▶ **What you should do**: Look through the entries below for the string "Front", and copy each line where it is found.

[Data listing Boundary: Start]

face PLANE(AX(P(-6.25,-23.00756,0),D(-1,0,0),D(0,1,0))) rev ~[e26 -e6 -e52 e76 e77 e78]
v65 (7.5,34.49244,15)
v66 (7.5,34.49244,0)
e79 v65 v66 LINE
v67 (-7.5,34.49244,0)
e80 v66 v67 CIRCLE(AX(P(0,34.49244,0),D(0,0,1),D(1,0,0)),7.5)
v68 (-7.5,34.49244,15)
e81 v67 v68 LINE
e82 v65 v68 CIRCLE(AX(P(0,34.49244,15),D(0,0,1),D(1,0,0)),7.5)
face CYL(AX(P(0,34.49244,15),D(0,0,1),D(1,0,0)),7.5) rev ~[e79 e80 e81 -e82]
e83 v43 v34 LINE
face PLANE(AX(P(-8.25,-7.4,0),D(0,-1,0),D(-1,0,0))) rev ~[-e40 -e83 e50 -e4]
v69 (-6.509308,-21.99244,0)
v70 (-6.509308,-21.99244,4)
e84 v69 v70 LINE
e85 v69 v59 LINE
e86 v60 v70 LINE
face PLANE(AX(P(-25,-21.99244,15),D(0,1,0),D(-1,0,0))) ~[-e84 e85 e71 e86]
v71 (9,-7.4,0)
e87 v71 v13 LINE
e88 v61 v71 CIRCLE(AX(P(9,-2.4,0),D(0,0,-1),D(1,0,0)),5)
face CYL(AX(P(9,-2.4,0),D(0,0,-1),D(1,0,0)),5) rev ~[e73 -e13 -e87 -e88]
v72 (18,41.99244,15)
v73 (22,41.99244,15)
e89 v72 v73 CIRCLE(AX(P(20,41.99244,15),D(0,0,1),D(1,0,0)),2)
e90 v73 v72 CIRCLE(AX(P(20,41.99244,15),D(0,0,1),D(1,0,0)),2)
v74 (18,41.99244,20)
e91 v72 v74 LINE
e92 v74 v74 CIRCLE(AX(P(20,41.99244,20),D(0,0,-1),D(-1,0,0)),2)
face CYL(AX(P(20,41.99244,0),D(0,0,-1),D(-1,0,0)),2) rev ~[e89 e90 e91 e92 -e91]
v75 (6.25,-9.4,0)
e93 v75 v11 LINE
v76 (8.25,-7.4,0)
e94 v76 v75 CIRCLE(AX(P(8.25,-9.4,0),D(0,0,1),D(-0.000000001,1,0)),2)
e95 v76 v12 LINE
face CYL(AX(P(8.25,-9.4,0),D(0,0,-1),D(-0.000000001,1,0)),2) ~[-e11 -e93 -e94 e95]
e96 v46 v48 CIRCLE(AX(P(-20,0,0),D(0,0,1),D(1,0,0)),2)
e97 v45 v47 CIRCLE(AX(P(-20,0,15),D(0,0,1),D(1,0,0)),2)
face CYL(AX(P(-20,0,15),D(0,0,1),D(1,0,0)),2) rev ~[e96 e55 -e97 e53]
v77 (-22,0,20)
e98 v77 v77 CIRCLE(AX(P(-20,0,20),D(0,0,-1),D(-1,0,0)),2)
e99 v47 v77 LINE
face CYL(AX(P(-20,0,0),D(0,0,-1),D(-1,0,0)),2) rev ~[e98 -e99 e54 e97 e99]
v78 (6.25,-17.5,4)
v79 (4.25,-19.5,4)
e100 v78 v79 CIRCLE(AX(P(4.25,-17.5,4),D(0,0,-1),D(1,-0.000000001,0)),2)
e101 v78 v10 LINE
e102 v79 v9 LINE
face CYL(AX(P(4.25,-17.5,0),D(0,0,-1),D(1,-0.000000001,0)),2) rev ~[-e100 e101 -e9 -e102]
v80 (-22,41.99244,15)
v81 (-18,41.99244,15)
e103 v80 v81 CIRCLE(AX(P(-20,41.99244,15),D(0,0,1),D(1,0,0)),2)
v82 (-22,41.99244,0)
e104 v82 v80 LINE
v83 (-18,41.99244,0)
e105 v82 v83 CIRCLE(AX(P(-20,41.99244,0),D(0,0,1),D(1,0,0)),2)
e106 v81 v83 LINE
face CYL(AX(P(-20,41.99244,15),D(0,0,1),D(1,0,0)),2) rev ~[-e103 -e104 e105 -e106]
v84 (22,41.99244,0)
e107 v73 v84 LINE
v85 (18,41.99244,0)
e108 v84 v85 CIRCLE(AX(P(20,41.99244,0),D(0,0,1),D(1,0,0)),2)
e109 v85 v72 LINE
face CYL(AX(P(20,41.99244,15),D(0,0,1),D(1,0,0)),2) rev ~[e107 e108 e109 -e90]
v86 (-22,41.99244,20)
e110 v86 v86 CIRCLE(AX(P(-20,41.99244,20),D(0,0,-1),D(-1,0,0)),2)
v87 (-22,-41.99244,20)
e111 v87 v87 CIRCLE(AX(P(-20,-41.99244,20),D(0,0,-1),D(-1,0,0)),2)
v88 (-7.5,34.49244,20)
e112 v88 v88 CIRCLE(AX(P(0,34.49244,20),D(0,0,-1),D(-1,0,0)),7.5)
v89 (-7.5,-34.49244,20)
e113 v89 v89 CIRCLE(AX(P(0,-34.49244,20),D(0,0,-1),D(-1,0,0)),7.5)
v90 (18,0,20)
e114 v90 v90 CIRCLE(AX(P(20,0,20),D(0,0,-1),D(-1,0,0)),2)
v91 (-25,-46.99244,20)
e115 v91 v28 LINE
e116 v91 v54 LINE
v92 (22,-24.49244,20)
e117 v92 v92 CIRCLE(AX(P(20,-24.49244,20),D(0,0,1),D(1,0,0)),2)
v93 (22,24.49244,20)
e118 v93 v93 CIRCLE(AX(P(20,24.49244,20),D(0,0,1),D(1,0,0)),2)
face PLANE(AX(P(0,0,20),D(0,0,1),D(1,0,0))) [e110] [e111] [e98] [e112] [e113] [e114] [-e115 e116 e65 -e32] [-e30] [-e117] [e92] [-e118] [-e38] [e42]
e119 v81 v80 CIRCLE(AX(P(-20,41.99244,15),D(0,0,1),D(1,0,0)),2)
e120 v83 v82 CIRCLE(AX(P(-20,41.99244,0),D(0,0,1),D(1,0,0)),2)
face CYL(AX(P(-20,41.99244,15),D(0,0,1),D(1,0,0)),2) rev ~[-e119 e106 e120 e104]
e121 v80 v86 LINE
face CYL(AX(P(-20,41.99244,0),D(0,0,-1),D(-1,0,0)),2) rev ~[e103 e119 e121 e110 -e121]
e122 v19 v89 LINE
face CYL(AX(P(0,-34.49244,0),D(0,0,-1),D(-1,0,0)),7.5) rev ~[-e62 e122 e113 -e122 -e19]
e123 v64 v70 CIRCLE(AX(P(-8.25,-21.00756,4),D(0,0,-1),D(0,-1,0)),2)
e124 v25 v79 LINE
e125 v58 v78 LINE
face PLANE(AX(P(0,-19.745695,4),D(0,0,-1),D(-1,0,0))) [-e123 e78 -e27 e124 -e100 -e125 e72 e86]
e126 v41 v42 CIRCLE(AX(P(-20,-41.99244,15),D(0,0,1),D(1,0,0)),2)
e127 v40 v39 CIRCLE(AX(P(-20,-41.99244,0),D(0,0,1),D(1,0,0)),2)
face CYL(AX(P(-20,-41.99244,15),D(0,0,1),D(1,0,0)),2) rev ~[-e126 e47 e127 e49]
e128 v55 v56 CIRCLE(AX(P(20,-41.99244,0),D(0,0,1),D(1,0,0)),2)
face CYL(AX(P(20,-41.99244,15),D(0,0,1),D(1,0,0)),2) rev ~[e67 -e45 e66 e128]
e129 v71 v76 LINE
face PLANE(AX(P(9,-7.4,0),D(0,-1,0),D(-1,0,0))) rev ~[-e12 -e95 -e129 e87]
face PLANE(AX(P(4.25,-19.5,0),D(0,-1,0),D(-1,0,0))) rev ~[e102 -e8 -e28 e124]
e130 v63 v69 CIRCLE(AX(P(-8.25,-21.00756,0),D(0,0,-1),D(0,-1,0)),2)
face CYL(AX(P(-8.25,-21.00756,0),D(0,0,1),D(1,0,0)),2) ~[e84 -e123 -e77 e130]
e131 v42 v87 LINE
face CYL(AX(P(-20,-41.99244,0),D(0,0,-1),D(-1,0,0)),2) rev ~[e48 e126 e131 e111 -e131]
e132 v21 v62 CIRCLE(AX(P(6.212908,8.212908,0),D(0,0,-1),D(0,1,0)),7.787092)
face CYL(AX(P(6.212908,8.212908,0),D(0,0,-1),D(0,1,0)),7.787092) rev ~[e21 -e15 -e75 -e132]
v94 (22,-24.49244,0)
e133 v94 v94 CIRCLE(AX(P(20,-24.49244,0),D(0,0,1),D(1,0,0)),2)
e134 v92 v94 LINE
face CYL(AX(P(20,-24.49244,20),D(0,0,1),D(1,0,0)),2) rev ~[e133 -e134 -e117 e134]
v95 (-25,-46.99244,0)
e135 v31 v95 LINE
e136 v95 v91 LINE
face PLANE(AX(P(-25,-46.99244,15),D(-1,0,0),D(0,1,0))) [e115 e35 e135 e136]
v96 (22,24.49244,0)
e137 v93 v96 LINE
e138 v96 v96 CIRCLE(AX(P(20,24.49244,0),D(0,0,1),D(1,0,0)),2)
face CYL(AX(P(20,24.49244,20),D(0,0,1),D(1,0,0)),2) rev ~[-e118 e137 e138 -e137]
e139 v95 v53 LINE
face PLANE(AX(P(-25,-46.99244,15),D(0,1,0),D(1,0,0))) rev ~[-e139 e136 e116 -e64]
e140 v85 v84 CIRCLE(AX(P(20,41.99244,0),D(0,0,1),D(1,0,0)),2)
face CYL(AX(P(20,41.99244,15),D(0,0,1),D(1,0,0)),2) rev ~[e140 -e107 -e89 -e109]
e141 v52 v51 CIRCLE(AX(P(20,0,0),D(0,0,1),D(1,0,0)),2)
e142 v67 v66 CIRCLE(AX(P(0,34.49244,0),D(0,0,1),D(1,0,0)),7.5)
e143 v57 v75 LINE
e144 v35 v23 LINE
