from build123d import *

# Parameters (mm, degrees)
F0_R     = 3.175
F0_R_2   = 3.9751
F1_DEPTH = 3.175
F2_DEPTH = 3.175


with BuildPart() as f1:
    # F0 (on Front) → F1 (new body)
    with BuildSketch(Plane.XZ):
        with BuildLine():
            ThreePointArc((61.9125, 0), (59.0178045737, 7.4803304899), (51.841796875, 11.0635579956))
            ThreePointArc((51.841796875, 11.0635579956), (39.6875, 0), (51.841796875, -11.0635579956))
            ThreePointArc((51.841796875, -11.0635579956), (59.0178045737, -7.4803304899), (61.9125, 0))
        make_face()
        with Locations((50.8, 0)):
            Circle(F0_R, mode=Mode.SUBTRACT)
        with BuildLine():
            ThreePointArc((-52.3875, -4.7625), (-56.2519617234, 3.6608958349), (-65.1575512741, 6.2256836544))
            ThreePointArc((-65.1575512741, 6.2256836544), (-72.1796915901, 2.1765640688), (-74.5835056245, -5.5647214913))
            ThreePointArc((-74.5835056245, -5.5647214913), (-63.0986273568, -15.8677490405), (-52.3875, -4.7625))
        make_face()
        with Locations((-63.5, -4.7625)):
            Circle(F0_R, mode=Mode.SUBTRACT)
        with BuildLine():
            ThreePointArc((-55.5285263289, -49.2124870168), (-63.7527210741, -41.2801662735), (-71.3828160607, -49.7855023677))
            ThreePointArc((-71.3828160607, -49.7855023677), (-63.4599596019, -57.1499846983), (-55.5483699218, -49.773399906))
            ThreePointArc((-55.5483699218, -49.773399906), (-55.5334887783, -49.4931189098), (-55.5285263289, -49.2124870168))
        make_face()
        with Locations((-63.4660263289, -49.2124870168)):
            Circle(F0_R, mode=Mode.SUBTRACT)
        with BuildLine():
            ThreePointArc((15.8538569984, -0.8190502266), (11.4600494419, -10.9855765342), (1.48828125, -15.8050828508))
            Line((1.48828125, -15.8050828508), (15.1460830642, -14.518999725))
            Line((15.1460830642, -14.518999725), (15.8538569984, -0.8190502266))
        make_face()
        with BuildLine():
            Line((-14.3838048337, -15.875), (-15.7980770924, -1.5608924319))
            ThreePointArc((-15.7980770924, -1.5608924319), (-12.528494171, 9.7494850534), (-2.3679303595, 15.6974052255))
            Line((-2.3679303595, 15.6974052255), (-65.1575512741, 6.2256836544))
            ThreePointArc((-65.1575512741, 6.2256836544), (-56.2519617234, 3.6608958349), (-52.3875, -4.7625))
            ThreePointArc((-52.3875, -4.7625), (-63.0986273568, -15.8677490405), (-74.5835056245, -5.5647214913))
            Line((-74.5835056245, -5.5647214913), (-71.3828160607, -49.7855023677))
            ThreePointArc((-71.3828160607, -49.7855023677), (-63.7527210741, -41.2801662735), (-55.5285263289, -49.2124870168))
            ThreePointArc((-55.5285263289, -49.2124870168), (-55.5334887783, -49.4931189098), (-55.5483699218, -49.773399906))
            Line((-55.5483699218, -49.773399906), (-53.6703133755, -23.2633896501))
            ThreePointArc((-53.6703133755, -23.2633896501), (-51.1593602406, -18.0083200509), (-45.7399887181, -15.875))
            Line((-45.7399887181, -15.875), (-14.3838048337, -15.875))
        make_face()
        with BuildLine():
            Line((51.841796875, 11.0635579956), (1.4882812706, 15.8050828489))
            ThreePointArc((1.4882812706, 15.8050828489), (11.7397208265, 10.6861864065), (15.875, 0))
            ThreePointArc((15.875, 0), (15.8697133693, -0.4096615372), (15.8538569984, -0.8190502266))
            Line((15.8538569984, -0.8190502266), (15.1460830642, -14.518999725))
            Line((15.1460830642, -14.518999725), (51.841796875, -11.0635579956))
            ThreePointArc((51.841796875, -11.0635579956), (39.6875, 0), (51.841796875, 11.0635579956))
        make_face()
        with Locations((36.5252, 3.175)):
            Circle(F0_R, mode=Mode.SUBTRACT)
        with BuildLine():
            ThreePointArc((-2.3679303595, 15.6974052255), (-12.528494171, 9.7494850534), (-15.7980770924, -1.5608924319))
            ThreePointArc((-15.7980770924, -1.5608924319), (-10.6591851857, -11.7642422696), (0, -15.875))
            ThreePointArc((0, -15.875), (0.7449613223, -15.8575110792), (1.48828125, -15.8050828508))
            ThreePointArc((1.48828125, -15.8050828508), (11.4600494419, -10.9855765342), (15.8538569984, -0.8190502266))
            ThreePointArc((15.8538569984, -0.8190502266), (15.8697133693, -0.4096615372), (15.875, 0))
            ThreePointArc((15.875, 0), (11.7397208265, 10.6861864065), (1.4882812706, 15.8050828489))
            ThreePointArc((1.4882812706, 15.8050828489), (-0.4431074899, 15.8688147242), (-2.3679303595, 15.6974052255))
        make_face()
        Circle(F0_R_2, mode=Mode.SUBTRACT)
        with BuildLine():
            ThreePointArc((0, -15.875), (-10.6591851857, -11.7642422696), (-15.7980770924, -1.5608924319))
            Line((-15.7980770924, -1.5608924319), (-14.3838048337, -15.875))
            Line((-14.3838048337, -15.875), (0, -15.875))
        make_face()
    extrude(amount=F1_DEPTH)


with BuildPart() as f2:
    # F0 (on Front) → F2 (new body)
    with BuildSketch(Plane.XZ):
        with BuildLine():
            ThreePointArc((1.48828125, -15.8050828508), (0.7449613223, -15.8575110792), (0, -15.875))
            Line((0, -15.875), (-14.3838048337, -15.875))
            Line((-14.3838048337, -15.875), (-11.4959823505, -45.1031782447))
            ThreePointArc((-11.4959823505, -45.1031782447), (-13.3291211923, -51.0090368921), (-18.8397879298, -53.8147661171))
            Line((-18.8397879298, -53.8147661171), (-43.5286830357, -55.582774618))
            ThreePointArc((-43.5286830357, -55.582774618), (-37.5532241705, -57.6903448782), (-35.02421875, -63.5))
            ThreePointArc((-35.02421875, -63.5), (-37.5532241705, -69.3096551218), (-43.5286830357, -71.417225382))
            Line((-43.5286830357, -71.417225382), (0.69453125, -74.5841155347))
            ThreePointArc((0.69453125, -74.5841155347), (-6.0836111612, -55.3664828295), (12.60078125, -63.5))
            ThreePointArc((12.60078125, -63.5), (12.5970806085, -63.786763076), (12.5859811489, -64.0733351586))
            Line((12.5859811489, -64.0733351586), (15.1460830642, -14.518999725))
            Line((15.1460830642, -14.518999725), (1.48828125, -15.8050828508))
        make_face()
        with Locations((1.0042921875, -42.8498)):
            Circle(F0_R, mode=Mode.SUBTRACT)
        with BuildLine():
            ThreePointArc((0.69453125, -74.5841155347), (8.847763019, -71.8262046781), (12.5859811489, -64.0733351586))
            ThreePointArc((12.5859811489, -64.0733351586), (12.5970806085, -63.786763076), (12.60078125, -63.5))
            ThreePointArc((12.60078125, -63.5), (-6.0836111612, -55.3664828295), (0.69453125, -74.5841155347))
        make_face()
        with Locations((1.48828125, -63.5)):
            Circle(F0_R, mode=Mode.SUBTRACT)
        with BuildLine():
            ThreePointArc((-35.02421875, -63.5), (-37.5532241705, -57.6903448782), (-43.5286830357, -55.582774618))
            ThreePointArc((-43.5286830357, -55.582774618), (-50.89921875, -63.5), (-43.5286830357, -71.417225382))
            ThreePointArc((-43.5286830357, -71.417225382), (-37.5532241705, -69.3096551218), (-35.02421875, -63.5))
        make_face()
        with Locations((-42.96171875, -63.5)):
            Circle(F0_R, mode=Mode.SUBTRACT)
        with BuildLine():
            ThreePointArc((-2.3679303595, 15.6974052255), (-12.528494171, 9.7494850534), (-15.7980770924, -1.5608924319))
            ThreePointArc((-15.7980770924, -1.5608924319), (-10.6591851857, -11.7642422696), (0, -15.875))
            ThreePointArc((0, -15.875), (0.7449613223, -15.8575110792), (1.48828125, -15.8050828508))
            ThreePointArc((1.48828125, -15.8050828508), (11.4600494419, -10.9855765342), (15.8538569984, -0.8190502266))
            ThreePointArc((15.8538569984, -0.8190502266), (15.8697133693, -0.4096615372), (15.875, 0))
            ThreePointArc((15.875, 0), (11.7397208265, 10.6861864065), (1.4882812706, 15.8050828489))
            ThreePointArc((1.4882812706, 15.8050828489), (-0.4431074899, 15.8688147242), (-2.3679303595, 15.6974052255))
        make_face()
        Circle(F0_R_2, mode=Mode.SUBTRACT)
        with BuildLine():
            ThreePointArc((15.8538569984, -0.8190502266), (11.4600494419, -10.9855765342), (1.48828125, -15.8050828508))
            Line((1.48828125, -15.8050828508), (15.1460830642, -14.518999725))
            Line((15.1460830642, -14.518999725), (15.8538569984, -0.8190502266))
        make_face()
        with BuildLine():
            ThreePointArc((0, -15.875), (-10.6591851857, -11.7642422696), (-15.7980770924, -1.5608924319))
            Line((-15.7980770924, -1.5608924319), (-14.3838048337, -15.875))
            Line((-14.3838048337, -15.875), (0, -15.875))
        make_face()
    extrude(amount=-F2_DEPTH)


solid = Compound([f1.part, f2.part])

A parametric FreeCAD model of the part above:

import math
import FreeCAD as App
import Part
import Sketcher
Q = App.Units.Quantity

doc = App.newDocument("Part")
body = doc.addObject("PartDesign::Body", "Body")

# Sketch on XZ plane
sketch1 = doc.addObject("Sketcher::SketchObject", "Sketch")
body.addObject(sketch1)
sketch1.AttachmentSupport = (doc.XZ_Plane, [""])
sketch1.MapMode = "FlatFace"
sketch1.addGeometry(Part.ArcOfCircle(Part.Circle(App.Vector(50.8, 0, 0), App.Vector(0, 0, 1), 11.1), math.radians(0), math.radians(85)), False)
sketch1.addGeometry(Part.LineSegment(App.Vector(51.8, 11.1, 0), App.Vector(1.5, 15.8, 0)), False)
sketch1.addGeometry(Part.ArcOfCircle(Part.Circle(App.Vector(0, 0, 0), App.Vector(0, 0, 1), 15.9), math.radians(84.62), math.radians(98.58)), False)
sketch1.addGeometry(Part.LineSegment(App.Vector(-2.4, 15.7, 0), App.Vector(-65.2, 6.2, 0)), False)
sketch1.addGeometry(Part.ArcOfCircle(Part.Circle(App.Vector(-63.5, -4.8, 0), App.Vector(0, 0, 1), 11.1), math.radians(99), math.radians(184)), False)
sketch1.addGeometry(Part.LineSegment(App.Vector(-74.6, -5.6, 0), App.Vector(-71.4, -49.8, 0)), False)
sketch1.addGeometry(Part.ArcOfCircle(Part.Circle(App.Vector(-63.5, -49.2, 0), App.Vector(0, 0, 1), 7.9), math.radians(-176), math.radians(-4)), False)
sketch1.addGeometry(Part.LineSegment(App.Vector(-55.5, -49.8, 0), App.Vector(-53.7, -23.3, 0)), False)
sketch1.addGeometry(Part.ArcOfCircle(Part.Circle(App.Vector(-45.7, -23.8, 0), App.Vector(0, 0, 1), 8), math.radians(90), math.radians(176)), False)
sketch1.addGeometry(Part.LineSegment(App.Vector(-45.7, -15.9, 0), App.Vector(0, -15.9, 0)), False)
sketch1.addGeometry(Part.ArcOfCircle(Part.Circle(App.Vector(0, 0, 0), App.Vector(0, 0, 1), 15.9), math.radians(-90), math.radians(-84.62)), False)
sketch1.addGeometry(Part.LineSegment(App.Vector(1.5, -15.8, 0), App.Vector(15.1, -14.5, 0)), False)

[Data listing Boundary: End]

▶ **Solved exercise**:
    # F0 (on Front) → F1 (new body)
    # F0 (on Front) → F2 (new body)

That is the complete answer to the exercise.